CUT

Battalion Breakdown is a closer look at the Blue Jackets' season on a player-by-player basis. Today, BlueJackets.com continues the series by looking at Alex Wennberg and his impact on the team's season.

Number: 10
Age: 26
Birth date: Sept. 22, 1994
Birthplace:Stockholm, Sweden
Height, weight: 6-2, 197
Stats: 57 GP, 5-17-22, 1.2 point shares, 50.99 xGF% at 5-on-5 per Natural Stat Trick
Contract:Signed through 2022-23 season (three years remaining)
It seems hard to believe, but Wennberg just turned 26 years old.
He recently completed his sixth full season with the Blue Jackets and has played 415 career regular-season games; by the end of next season, he could be in the franchise's top 10 for games played, and after Boone Jenner, he's the closest Blue Jacket to joining the team's eight-member 500 games club.
In many ways, his veteran nature belies just how young Wennberg still is.
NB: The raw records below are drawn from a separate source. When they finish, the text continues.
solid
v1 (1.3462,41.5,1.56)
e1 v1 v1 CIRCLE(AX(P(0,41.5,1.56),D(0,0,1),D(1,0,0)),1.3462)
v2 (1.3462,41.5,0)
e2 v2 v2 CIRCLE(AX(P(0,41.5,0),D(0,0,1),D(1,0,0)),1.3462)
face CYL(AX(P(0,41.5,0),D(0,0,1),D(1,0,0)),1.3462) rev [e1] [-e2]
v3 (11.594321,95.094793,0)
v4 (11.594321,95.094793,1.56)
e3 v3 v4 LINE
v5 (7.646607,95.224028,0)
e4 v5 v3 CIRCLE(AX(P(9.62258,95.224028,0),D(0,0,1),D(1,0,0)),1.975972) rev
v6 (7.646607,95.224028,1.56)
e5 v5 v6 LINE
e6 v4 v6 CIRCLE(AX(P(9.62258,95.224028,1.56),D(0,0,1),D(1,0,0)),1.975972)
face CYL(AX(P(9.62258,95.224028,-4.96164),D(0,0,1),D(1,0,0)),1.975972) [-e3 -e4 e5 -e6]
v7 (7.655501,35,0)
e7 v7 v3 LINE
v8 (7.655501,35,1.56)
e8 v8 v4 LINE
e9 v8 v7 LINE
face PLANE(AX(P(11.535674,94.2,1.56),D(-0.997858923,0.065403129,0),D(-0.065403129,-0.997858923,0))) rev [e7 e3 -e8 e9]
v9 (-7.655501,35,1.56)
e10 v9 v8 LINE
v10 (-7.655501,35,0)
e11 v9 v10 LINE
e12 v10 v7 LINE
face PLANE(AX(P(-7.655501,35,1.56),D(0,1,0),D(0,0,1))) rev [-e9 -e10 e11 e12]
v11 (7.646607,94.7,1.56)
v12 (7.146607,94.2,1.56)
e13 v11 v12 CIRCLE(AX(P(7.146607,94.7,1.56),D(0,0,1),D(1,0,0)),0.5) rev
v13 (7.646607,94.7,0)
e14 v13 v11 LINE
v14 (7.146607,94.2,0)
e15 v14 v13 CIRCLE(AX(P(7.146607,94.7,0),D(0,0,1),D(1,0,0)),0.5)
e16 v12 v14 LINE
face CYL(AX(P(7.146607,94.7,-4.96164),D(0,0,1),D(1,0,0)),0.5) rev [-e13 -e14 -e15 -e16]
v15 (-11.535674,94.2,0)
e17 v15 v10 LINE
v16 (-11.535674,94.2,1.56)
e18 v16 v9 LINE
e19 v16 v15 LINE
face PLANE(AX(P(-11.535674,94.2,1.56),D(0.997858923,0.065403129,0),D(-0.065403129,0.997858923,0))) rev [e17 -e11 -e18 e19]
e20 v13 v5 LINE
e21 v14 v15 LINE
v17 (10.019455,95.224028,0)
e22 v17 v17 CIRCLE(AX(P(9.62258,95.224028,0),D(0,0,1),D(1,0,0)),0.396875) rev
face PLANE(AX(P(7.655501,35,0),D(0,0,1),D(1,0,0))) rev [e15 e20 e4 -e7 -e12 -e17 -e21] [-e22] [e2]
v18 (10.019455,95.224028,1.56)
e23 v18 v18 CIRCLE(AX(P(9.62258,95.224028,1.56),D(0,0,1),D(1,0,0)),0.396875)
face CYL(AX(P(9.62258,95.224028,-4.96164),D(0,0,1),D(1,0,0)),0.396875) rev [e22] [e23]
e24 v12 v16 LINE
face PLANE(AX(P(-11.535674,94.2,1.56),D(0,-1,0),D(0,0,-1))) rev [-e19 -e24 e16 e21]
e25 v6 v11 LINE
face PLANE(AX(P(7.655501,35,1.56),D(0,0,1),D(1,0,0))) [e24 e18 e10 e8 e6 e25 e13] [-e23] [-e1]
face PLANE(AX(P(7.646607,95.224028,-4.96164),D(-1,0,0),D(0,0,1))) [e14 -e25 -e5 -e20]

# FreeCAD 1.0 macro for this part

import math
import FreeCAD as App
import Part
import Sketcher
from FreeCAD import Vector
Q = App.Units.Quantity


def edges_at(feature, points):
    """Names of the edges that pass closest to the given points."""
    edges = feature.Shape.Edges
    near = lambda p: min(range(len(edges)), key=lambda i: edges[i].distToShape(Part.Vertex(*p))[0])
    return sorted({f"Edge{near(p) + 1}" for p in points})


def add_polygon(sketch, points):
    """Adds a closed chain of lines whose ends are joined by coincident constraints."""
    first, n = sketch.GeometryCount, len(points)
    for a, b in zip(points, points[1:] + points[:1]):
        sketch.addGeometry(Part.LineSegment(App.Vector(*a, 0), App.Vector(*b, 0)), False)
    for i in range(n):
        sketch.addConstraint(Sketcher.Constraint("Coincident", first + i, 2, first + (i + 1) % n, 1))

doc = App.newDocument("Part")
body = doc.addObject("PartDesign::Body", "Body")

# Sketch on XY plane
sketch1 = body.newObject("Sketcher::SketchObject", "Sketch")
sketch1.AttachmentSupport = (doc.getObject("XY_Plane"), [""])
sketch1.MapMode = "FlatFace"
add_polygon(sketch1, [(-8, 35), (8, 35), (12, 94), (-12, 94)])  # lines 0-3
sketch1.addConstraint([
    Sketcher.Constraint("Horizontal", 0),
    Sketcher.Constraint("Horizontal", 2),
    Sketcher.Constraint("Equal", 1, 3),
    Sketcher.Constraint("Angle", 1, Q("86.25 deg")),
    Sketcher.Constraint("DistanceX", 0, 1, 0, 2, 15.311001),
    Sketcher.Constraint("DistanceX", -1, 1, 0, 2, 7.655501),
    Sketcher.Constraint("DistanceY", -1, 1, 0, 2, 35.0),
    Sketcher.Constraint("DistanceY", -1, 1, 1, 2, 94.2),
])
pad1 = body.newObject("PartDesign::Pad", "Pad")
pad1.Profile = sketch1
pad1.Length = 1.56

# Sketch on XY plane
sketch2 = body.newObject("Sketcher::SketchObject", "Sketch001")
sketch2.AttachmentSupport = (doc.getObject("XY_Plane"), [""])
sketch2.MapMode = "FlatFace"
sketch2.AttachmentOffset = App.Placement(Vector(0, 0, 1.56), App.Rotation())
sketch2.addGeometry(Part.Circle(Vector(0, 41.5, 0), Vector(0, 0, 1), 1.3), False)
sketch2.addConstraint([
    Sketcher.Constraint("PointOnObject", 0, 3, -2),
    Sketcher.Constraint("Diameter", 0, Q("0.106 in")),
    Sketcher.Constraint("DistanceY", -1, 1, 0, 3, 41.5),
])
pocket1 = body.newObject("PartDesign::Pocket", "Pocket")
pocket1.Profile = sketch2
pocket1.Type = "ThroughAll"

# Sketch on XY plane
sketch3 = body.newObject("Sketcher::SketchObject", "Sketch002")
sketch3.AttachmentSupport = (doc.getObject("XY_Plane"), [""])
sketch3.MapMode = "FlatFace"
sketch3.AttachmentOffset = App.Placement(Vector(0, 0, 1.56), App.Rotation())
sketch3.addGeometry([
    Part.LineSegment(Vector(7.65, 94.2, 0), Vector(11.54, 94.2, 0)),  # 0
    Part.LineSegment(Vector(11.54, 94.2, 0), Vector(11.59, 95.09, 0)),  # 1
    Part.ArcOfCircle(Part.Circle(Vector(9.62, 95.22, 0), Vector(0, 0, 1), 1.98), math.radians(-4), math.radians(180)),  # 2
    Part.LineSegment(Vector(7.65, 95.22, 0), Vector(7.65, 94.2, 0)),  # 3
    Part.Circle(Vector(9.62, 95.22, 0), Vector(0, 0, 1), 0.4),  # 4
], False)
sketch3.addConstraint([
    Sketcher.Constraint("Coincident", 0, 2, 1, 1),
    Sketcher.Constraint("Tangent", 1, 2, 2, 1),
    Sketcher.Constraint("Tangent", 2, 2, 3, 1),
    Sketcher.Constraint("Coincident", 3, 2, 0, 1),
    Sketcher.Constraint("Horizontal", 0),
    Sketcher.Constraint("Vertical", 3),
    Sketcher.Constraint("Coincident", 4, 3, 2, 3),
    Sketcher.Constraint("Diameter", 4, Q("0.03125 in")),
    Sketcher.Constraint("Angle", 1, Q("86.25 deg")),
    Sketcher.Constraint("Radius", 2, 1.975972),
    Sketcher.Constraint("DistanceY", -1, 1, 0, 2, 94.2),
    Sketcher.Constraint("DistanceX", 0, 1, 0, 2, 3.889066),
    Sketcher.Constraint("DistanceX", -1, 1, 2, 3, 9.62258),
])
pad2 = body.newObject("PartDesign::Pad", "Pad001")
pad2.Profile = sketch3
pad2.Length = 1.56
pad2.Reversed = True
doc.recompute()

fillet = body.newObject("PartDesign::Fillet", "Fillet")
fillet.Base = (pad2, edges_at(pad2, [(7.647, 94.2, 0.78)]))
fillet.Radius = 0.5

doc.recompute()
He debuted at age 20 in 2014-15 and has played at least 57 games in each of the intervening six years, making him one of the most consistent players on the squad when it comes to being ready to play each night.
Of course, it's what has happened when Wennberg does hit the ice that has become a place of consternation at times for CBJ fans and even the coaching staff and front office. By now, the story is well known -- after a 59-point season in 2016-17 (0.74 points per game), Wennberg has followed up with seasons of 35 (0.53 per game), 25 (0.33 per game) and 22 points (0.39).
The edict from head coach John Tortorella is that Wennberg needs to hold the puck more and make more plays with his fantastic vision, and the player himself has expressed frustration as to his inability how to figure out more offensively.
It seems as though it will forever be the battle for Wennberg, whose defensive and penalty kill abilities have never been questioned. After a season both Wennberg and his coach saw as an improvement, especially when it came to Wennberg's playoff performance, Tortorella admitted the ups and downs for the center continue to be frustrating.
"It (ticks) me off and it excites you at the same time," Tortorella says of the inconsistencies. "Wenny wants to try to get better. He wants to see how he can improve. ... I thought (in the playoffs) he just started carrying the puck, carrying the puck to the middle of the ice, held on to pucks, won some faceoffs. I think I played him 23 minutes in (Game 5 vs. Tampa Bay) and he deserved it.
"But it (ticks) me off why he isn't there all the time."
Entering the season: Wennberg was expected to again fill a spot as one of the team's four centers while playing penalty kill time. Anything else was going to have to be earned by him after a two-goal season in 2018-19 that ended in frustration as he was a healthy scratch for six of 10 postseason games.
Season recap:Things were better for Wennberg, who needed just nine games to reach his goal total from the year before. He ended up with five goals and 22 points, modest improvements in goals and points per game despite playing in just 57 games after missing nearly a month during February because of injury.
They weren't the kind of numbers that would knock your socks off -- he was on a 7-25-32 pace for an 82-game season -- but they were better, and there were times throughout the season where Wennberg appeared more driven to play with the puck on his stick and more willing to impose himself on the game. After posting just 64 shots on goal in 75 games in 2018-19, Wennberg had 72 in 57 games this past season.
Perhaps the biggest reason for his drop in overall production over the past few years, though, has come on the power play. While Wennberg accounted for 1.35 points per 60 minutes at 5-on-5 in 2019-20, down from 1.57 points per 60 three years ago, it's not a precipitous drop.
But whereas Wennberg had 6.51 points per 60 minutes on the power play three years ago, he played half the amount of power-play time this season and was at 2.56 points per 60 when he was on the ice. Where both Wennberg and the team's power play excellent during the 50-win season of 2016-17, neither has been able to recapture the magic since then.
Wennberg also played key penalty kill time, mostly with his favorite powerkill partner Cam Atkinson but also with others thanks to the injuries Atkinson suffered, and again was a solid member of a unit that was one of the best in the NHL yet again.

Top Moment

Could it be anything else other than Wennberg's highlight-reel goal in Game 2 of the playoff series vs. Tampa Bay? It was a goal that turned heads across the league, as Wennberg skated into the offensive zone all alone facing two defensemen, made a deke through his legs and off his skate to get around Kevin Shattenkirk and then scored past Andrei Vasilevskiy to give Columbus a 3-1 lead in a game it would eventually win. The fantastic individual effort capped a solid playoff effort for Wennberg, a former soccer player in his native Sweden who clearly still has a little magic in his boots.

Highlights
By the numbers

201: With 201 career points, Wennberg is in the top 10 in franchise history, sitting eighth overall.
16:41: Wennberg averaged 16:41 of ice time per game, an almost two-minute boost from the 15:05 from 2018-19.
56: The numbers show Wennberg was also more willing to take a hit this year. He was hit 56 times at 5-on-5, an increase from 47 the year prior, despite playing 18 fewer games.